**Task to carry out**
When the line containing "#22=CARTESIAN_POINT('',(135.,1030.,-135.));" appears in the data below, begin copying there and stop only after the line containing "#39=DIRECTION('',(0.,0.,-1.));".
==== Supplied records ====
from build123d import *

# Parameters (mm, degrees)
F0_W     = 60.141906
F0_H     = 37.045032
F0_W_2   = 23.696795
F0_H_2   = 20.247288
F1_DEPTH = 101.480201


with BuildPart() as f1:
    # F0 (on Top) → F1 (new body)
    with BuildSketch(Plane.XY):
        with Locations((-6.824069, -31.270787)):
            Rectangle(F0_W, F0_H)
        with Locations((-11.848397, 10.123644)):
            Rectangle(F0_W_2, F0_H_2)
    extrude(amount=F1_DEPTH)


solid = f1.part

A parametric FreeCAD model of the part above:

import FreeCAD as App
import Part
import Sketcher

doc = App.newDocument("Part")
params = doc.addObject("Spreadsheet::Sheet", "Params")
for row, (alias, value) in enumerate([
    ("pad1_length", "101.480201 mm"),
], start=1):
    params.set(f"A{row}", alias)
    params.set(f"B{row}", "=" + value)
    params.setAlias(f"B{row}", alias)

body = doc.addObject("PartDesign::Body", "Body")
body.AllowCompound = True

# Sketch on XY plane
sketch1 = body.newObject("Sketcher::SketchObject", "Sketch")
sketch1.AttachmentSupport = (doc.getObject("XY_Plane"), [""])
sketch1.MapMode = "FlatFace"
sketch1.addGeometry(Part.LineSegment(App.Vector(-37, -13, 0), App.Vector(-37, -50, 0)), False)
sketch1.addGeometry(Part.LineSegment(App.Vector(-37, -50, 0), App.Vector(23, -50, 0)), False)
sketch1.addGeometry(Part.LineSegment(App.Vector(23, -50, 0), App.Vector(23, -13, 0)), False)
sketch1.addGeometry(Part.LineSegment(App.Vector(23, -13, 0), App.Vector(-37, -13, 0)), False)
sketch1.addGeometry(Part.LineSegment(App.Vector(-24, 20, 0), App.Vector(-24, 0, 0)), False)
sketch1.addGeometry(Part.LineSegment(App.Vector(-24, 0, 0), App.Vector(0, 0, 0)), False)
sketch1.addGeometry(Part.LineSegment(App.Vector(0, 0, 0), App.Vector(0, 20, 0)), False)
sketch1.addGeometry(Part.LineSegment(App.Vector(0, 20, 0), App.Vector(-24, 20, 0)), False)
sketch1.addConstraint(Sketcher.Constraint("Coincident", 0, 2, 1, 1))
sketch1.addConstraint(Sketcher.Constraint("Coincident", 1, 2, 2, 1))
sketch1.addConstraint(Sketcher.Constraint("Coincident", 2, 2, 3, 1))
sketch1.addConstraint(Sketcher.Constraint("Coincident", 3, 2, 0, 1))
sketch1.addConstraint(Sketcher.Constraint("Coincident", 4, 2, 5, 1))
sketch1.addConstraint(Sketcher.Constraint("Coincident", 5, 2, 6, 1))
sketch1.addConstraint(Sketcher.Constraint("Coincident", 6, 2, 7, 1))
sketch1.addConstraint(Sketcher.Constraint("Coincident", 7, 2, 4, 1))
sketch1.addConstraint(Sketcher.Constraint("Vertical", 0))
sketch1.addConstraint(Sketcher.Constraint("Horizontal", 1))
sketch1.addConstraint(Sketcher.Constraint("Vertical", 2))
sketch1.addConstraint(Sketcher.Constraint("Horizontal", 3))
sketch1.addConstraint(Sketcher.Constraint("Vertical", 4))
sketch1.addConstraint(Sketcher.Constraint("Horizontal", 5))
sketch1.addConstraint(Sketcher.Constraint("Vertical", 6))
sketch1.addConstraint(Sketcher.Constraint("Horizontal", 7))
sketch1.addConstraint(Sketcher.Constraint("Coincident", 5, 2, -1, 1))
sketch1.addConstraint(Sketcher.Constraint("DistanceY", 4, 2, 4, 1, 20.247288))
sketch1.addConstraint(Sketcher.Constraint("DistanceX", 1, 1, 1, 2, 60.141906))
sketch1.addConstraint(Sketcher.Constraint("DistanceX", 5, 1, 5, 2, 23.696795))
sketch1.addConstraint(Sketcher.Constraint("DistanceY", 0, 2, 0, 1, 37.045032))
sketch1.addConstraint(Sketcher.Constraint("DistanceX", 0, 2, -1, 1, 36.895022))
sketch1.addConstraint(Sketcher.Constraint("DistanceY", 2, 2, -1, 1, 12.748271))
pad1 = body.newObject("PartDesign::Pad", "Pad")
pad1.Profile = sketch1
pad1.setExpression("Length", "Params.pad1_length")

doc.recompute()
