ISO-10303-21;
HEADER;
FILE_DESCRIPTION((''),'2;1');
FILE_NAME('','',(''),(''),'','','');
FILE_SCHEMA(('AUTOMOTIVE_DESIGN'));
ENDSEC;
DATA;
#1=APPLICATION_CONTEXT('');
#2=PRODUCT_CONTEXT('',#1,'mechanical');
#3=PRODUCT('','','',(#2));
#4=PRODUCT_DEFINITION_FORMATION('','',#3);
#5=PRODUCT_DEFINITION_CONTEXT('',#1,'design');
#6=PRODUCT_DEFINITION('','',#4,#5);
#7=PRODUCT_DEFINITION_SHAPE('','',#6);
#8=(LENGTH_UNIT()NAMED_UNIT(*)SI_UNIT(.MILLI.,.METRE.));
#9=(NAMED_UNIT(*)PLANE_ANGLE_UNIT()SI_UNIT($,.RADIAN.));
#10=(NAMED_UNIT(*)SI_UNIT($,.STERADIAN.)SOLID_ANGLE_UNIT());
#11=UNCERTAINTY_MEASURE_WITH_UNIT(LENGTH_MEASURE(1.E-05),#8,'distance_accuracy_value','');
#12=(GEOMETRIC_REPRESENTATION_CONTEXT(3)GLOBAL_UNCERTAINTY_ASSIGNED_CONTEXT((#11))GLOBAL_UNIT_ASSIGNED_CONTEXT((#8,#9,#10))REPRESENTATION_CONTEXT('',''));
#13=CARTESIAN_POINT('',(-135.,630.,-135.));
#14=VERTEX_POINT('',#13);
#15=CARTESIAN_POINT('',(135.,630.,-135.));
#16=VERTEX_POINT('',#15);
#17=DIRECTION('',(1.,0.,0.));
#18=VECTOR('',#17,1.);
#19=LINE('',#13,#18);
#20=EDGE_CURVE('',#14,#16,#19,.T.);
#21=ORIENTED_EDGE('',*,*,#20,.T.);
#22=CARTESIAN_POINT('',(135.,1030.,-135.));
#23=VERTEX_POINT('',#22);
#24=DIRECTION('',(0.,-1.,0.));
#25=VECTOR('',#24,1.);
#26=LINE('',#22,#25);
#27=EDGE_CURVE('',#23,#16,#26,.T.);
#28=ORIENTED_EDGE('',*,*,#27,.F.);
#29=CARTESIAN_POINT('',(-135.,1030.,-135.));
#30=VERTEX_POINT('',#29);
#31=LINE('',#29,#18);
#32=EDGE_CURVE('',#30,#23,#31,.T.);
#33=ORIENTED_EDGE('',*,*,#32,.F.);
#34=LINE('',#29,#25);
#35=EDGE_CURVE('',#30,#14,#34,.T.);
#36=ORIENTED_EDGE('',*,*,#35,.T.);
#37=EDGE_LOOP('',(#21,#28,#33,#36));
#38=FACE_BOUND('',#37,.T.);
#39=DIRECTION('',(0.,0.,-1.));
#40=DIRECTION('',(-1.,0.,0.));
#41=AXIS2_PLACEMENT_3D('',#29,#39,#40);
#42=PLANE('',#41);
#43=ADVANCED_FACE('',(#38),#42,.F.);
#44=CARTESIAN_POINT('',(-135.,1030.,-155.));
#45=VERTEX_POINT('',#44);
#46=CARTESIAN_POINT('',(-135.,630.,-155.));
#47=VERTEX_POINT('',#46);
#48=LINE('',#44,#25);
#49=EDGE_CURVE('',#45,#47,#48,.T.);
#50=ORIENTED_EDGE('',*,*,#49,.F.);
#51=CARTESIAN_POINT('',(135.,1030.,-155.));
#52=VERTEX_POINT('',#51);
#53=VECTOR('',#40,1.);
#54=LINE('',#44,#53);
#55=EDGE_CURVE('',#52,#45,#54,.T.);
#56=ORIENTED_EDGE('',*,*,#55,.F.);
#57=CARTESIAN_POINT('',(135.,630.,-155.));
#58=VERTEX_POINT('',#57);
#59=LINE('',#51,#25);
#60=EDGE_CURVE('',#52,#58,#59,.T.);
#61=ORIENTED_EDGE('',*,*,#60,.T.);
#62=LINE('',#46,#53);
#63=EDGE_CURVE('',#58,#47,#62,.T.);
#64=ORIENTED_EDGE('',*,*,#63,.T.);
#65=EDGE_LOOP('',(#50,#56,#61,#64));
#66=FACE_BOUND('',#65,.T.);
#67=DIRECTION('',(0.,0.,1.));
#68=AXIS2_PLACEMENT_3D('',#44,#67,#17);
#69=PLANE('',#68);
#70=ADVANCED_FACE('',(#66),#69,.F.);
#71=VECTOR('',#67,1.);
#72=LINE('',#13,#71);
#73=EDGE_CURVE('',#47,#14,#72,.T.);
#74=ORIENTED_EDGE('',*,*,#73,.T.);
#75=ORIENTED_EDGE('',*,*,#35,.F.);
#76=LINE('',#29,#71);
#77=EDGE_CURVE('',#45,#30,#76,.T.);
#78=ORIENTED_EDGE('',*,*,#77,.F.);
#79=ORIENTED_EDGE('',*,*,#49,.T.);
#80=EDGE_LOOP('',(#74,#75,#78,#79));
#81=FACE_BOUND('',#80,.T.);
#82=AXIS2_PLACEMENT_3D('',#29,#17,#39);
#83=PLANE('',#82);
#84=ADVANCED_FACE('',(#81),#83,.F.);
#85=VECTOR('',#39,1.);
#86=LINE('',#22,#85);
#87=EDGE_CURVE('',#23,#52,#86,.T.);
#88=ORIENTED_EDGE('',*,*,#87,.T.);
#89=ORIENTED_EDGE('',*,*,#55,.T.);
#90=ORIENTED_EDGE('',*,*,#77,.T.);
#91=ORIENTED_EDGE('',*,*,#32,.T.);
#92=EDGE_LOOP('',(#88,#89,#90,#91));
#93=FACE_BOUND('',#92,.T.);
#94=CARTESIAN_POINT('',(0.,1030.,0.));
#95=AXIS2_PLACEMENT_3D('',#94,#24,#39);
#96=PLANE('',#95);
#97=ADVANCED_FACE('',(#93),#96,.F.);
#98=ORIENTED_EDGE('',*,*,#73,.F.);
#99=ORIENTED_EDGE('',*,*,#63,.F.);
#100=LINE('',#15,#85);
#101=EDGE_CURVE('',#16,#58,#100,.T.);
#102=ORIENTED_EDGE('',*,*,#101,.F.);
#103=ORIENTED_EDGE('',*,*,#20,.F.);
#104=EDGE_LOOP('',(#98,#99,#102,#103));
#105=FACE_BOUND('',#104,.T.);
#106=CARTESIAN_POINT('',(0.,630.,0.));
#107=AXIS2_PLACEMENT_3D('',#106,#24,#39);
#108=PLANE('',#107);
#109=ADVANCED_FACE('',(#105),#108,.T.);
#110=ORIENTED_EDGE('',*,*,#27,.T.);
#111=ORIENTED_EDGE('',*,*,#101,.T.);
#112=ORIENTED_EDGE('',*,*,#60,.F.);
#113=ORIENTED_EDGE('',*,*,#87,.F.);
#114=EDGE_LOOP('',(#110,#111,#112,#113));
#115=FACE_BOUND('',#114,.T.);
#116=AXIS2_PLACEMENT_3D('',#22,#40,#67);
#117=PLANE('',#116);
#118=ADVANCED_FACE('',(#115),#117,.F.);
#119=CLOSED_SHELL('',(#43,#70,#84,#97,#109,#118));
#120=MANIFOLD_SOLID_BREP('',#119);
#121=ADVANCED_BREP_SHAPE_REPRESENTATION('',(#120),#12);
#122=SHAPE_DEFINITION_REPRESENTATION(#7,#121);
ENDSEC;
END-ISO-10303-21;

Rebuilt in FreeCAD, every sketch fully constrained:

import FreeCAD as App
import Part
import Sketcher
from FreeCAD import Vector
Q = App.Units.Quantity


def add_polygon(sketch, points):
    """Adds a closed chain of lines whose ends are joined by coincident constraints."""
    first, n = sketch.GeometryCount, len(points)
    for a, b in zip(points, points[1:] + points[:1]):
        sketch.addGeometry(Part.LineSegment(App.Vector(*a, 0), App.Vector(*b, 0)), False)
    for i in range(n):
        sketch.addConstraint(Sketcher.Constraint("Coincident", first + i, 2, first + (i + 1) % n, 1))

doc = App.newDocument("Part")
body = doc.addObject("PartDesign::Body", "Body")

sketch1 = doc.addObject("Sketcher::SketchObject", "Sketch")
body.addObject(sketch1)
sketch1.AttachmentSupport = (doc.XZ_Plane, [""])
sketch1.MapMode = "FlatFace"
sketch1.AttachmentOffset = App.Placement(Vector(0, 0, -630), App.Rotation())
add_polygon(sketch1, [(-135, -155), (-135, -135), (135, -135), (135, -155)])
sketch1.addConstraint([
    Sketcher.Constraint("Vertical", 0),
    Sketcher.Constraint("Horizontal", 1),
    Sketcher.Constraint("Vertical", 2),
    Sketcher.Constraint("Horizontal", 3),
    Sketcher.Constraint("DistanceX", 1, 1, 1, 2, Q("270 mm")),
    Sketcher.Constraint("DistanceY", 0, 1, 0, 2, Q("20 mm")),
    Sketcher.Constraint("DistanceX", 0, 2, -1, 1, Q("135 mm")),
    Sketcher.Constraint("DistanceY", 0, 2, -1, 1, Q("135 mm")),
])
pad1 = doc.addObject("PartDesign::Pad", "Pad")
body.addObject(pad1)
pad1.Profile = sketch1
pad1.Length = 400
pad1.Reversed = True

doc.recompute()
====
==== Supplied records ====
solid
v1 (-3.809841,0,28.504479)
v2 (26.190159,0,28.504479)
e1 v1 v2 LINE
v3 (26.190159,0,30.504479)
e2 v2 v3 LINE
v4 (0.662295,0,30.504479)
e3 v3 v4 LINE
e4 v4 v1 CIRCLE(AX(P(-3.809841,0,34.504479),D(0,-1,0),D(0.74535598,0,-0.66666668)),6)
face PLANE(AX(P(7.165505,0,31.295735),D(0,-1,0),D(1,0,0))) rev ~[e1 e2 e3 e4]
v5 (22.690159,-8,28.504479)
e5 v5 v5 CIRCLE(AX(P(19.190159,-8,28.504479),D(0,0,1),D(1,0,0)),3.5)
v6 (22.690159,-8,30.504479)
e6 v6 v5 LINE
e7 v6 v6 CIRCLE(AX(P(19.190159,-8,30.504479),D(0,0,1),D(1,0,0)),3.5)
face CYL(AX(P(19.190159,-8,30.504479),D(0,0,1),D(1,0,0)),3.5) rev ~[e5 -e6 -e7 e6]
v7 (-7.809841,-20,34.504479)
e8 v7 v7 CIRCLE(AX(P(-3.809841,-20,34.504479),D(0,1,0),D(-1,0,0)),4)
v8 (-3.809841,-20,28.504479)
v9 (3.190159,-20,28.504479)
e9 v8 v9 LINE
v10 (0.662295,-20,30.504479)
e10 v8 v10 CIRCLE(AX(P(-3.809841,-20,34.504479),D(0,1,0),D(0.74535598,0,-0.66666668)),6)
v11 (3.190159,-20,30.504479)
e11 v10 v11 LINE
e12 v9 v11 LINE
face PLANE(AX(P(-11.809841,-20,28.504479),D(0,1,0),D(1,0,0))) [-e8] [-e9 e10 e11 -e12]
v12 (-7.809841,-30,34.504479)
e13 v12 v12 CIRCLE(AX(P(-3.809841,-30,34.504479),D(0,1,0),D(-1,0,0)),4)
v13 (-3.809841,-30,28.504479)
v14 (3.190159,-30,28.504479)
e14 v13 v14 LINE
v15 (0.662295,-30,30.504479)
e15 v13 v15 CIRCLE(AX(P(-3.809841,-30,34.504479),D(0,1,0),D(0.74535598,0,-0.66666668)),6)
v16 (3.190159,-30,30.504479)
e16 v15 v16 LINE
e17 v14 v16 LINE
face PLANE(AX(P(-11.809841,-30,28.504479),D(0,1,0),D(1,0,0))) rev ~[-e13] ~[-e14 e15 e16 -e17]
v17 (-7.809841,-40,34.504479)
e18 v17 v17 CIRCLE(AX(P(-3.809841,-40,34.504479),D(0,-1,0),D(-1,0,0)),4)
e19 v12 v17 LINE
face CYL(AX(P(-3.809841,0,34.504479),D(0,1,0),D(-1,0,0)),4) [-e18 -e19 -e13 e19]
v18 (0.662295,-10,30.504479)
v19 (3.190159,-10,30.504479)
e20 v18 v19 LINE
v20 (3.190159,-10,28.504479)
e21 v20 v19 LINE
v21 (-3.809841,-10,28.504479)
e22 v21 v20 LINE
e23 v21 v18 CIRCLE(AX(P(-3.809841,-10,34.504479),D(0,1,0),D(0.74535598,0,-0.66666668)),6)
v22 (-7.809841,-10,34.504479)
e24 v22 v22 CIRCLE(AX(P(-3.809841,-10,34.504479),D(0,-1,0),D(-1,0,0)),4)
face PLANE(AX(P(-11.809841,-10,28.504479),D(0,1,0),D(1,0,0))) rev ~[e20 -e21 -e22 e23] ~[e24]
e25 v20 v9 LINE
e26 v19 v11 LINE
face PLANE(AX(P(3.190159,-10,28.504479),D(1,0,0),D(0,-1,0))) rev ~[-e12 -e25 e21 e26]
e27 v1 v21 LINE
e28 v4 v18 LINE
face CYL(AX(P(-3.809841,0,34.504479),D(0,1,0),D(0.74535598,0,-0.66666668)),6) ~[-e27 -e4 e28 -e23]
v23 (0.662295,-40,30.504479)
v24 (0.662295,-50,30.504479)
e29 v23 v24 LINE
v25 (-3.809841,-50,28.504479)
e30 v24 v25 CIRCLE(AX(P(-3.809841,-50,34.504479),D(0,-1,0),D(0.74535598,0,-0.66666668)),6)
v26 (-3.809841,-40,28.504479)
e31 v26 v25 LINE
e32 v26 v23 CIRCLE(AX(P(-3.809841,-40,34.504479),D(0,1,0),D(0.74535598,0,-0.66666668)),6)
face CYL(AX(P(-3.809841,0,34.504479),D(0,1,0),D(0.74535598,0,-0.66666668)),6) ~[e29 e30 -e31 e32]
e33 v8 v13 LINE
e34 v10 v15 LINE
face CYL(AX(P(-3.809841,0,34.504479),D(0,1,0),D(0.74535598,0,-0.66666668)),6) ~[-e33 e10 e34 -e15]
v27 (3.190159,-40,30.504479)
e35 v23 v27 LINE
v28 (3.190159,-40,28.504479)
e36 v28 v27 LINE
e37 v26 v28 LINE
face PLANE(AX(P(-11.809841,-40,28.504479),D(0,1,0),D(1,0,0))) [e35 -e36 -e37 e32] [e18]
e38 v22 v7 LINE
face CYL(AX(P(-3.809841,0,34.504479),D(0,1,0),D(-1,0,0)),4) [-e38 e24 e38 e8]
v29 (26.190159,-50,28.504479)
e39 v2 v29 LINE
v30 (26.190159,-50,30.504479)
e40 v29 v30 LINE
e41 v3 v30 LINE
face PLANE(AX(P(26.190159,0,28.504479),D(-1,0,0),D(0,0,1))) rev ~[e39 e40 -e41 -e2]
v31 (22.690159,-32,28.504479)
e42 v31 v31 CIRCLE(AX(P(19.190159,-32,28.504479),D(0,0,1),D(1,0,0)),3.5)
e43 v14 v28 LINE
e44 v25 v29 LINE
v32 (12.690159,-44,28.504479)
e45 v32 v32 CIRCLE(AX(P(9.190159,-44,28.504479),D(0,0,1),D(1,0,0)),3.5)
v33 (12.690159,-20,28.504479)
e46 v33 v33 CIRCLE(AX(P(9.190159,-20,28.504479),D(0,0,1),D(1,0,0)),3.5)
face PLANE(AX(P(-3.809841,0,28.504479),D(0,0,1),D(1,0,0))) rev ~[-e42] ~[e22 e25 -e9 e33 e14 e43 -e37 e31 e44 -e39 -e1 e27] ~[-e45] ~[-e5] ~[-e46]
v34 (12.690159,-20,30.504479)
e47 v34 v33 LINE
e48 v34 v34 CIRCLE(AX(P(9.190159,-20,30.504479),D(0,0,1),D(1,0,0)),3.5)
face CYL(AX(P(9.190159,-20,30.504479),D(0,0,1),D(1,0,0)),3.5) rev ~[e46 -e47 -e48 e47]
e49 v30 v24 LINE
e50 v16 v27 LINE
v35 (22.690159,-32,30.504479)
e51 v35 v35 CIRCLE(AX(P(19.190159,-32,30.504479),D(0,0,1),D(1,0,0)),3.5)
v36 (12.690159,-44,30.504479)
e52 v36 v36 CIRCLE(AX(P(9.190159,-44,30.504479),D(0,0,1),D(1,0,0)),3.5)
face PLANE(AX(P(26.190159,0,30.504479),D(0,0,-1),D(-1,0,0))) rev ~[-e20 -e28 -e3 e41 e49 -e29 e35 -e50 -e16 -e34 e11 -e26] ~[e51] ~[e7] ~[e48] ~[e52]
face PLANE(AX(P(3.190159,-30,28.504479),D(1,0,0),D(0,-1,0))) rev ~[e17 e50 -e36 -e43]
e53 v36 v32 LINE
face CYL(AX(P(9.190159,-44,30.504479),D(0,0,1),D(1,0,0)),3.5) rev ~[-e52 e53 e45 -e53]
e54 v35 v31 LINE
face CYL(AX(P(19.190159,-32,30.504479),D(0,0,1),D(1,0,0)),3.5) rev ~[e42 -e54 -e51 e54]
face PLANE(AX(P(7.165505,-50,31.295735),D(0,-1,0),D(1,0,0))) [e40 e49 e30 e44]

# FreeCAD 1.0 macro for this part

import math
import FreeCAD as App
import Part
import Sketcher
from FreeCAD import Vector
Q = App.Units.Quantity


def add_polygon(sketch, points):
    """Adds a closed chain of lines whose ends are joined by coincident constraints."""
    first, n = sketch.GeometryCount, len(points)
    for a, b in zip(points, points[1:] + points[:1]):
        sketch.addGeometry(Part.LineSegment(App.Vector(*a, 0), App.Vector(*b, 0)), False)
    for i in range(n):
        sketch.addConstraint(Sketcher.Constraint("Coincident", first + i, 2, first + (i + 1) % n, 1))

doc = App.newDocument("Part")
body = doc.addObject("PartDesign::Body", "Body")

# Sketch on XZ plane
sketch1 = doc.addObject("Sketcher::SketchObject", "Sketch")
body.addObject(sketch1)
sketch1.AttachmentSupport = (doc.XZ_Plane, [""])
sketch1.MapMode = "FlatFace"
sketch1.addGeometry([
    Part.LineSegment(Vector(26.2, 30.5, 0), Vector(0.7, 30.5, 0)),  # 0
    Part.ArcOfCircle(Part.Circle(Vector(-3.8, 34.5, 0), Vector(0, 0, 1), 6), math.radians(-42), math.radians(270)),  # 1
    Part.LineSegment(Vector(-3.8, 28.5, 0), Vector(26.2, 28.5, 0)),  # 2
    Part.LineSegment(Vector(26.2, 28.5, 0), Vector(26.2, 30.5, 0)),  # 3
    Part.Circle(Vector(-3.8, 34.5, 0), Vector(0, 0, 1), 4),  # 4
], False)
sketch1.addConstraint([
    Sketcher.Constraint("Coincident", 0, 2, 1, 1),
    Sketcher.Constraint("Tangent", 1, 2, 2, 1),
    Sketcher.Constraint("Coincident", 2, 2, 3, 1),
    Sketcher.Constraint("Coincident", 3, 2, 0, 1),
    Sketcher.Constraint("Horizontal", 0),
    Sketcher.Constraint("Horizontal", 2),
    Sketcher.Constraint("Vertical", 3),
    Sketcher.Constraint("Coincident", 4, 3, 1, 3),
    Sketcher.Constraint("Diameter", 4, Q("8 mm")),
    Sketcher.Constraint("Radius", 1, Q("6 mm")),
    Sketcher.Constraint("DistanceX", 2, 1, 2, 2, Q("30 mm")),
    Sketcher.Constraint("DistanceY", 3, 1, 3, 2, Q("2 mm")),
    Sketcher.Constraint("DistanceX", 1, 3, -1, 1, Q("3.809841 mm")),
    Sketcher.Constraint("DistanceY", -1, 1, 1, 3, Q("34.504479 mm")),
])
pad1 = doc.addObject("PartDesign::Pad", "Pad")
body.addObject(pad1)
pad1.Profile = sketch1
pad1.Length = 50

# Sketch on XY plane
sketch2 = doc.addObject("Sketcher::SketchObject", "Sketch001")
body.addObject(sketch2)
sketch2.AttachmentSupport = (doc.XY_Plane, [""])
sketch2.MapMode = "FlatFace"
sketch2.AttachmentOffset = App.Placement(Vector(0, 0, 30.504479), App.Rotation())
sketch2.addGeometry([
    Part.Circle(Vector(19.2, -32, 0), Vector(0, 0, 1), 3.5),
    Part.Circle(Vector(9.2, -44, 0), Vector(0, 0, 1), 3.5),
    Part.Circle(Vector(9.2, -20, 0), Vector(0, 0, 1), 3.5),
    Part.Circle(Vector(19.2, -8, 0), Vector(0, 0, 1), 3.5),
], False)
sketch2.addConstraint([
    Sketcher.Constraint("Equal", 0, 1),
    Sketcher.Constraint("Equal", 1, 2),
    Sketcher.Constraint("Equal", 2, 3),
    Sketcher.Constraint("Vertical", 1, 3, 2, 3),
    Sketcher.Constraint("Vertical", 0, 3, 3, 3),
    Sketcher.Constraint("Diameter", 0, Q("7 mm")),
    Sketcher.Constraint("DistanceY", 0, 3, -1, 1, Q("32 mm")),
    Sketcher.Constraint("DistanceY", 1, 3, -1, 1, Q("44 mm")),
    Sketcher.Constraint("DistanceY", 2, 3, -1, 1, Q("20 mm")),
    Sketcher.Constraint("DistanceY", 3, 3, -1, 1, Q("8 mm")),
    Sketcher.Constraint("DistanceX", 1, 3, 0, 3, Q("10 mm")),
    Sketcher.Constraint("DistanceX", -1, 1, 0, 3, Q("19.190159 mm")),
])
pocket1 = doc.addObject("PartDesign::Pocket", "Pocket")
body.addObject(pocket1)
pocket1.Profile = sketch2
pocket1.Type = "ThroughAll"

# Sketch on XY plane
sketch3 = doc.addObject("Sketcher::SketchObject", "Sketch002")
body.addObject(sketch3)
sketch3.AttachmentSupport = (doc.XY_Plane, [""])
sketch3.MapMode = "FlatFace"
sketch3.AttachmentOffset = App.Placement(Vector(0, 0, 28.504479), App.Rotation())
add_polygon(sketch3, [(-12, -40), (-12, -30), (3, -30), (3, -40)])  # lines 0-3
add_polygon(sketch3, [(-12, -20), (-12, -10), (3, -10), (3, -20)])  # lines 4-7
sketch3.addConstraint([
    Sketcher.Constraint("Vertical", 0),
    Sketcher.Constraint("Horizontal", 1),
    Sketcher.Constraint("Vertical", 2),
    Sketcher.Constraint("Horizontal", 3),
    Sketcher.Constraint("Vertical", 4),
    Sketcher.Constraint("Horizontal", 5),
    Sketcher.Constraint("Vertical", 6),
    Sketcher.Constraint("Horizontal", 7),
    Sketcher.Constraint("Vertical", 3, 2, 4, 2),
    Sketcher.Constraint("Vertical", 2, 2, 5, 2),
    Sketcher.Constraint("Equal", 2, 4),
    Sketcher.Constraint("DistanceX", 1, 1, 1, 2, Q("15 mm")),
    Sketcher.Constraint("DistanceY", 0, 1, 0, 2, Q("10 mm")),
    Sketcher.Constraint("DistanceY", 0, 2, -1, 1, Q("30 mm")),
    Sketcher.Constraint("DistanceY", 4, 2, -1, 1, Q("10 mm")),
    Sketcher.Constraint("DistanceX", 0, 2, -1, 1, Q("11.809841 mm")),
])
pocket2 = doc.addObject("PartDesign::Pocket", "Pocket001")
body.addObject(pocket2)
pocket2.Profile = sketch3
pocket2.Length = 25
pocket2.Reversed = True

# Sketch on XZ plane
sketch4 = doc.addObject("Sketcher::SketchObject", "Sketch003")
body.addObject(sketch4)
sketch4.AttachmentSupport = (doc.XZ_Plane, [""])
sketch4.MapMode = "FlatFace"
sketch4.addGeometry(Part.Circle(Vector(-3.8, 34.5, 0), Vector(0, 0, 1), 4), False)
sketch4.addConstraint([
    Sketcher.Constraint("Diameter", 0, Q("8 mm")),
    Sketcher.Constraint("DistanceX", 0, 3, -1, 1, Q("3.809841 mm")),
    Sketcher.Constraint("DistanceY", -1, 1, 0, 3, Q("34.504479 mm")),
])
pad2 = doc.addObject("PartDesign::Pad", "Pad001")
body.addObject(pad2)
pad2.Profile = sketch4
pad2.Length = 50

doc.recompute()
====
**Result of the task**
#22=CARTESIAN_POINT('',(135.,1030.,-135.));
#23=VERTEX_POINT('',#22);
#24=DIRECTION('',(0.,-1.,0.));
#25=VECTOR('',#24,1.);
#26=LINE('',#22,#25);
#27=EDGE_CURVE('',#23,#16,#26,.T.);
#28=ORIENTED_EDGE('',*,*,#27,.F.);
#29=CARTESIAN_POINT('',(-135.,1030.,-135.));
#30=VERTEX_POINT('',#29);
#31=LINE('',#29,#18);
#32=EDGE_CURVE('',#30,#23,#31,.T.);
#33=ORIENTED_EDGE('',*,*,#32,.F.);
#34=LINE('',#29,#25);
#35=EDGE_CURVE('',#30,#14,#34,.T.);
#36=ORIENTED_EDGE('',*,*,#35,.T.);
#37=EDGE_LOOP('',(#21,#28,#33,#36));
#38=FACE_BOUND('',#37,.T.);
#39=DIRECTION('',(0.,0.,-1.));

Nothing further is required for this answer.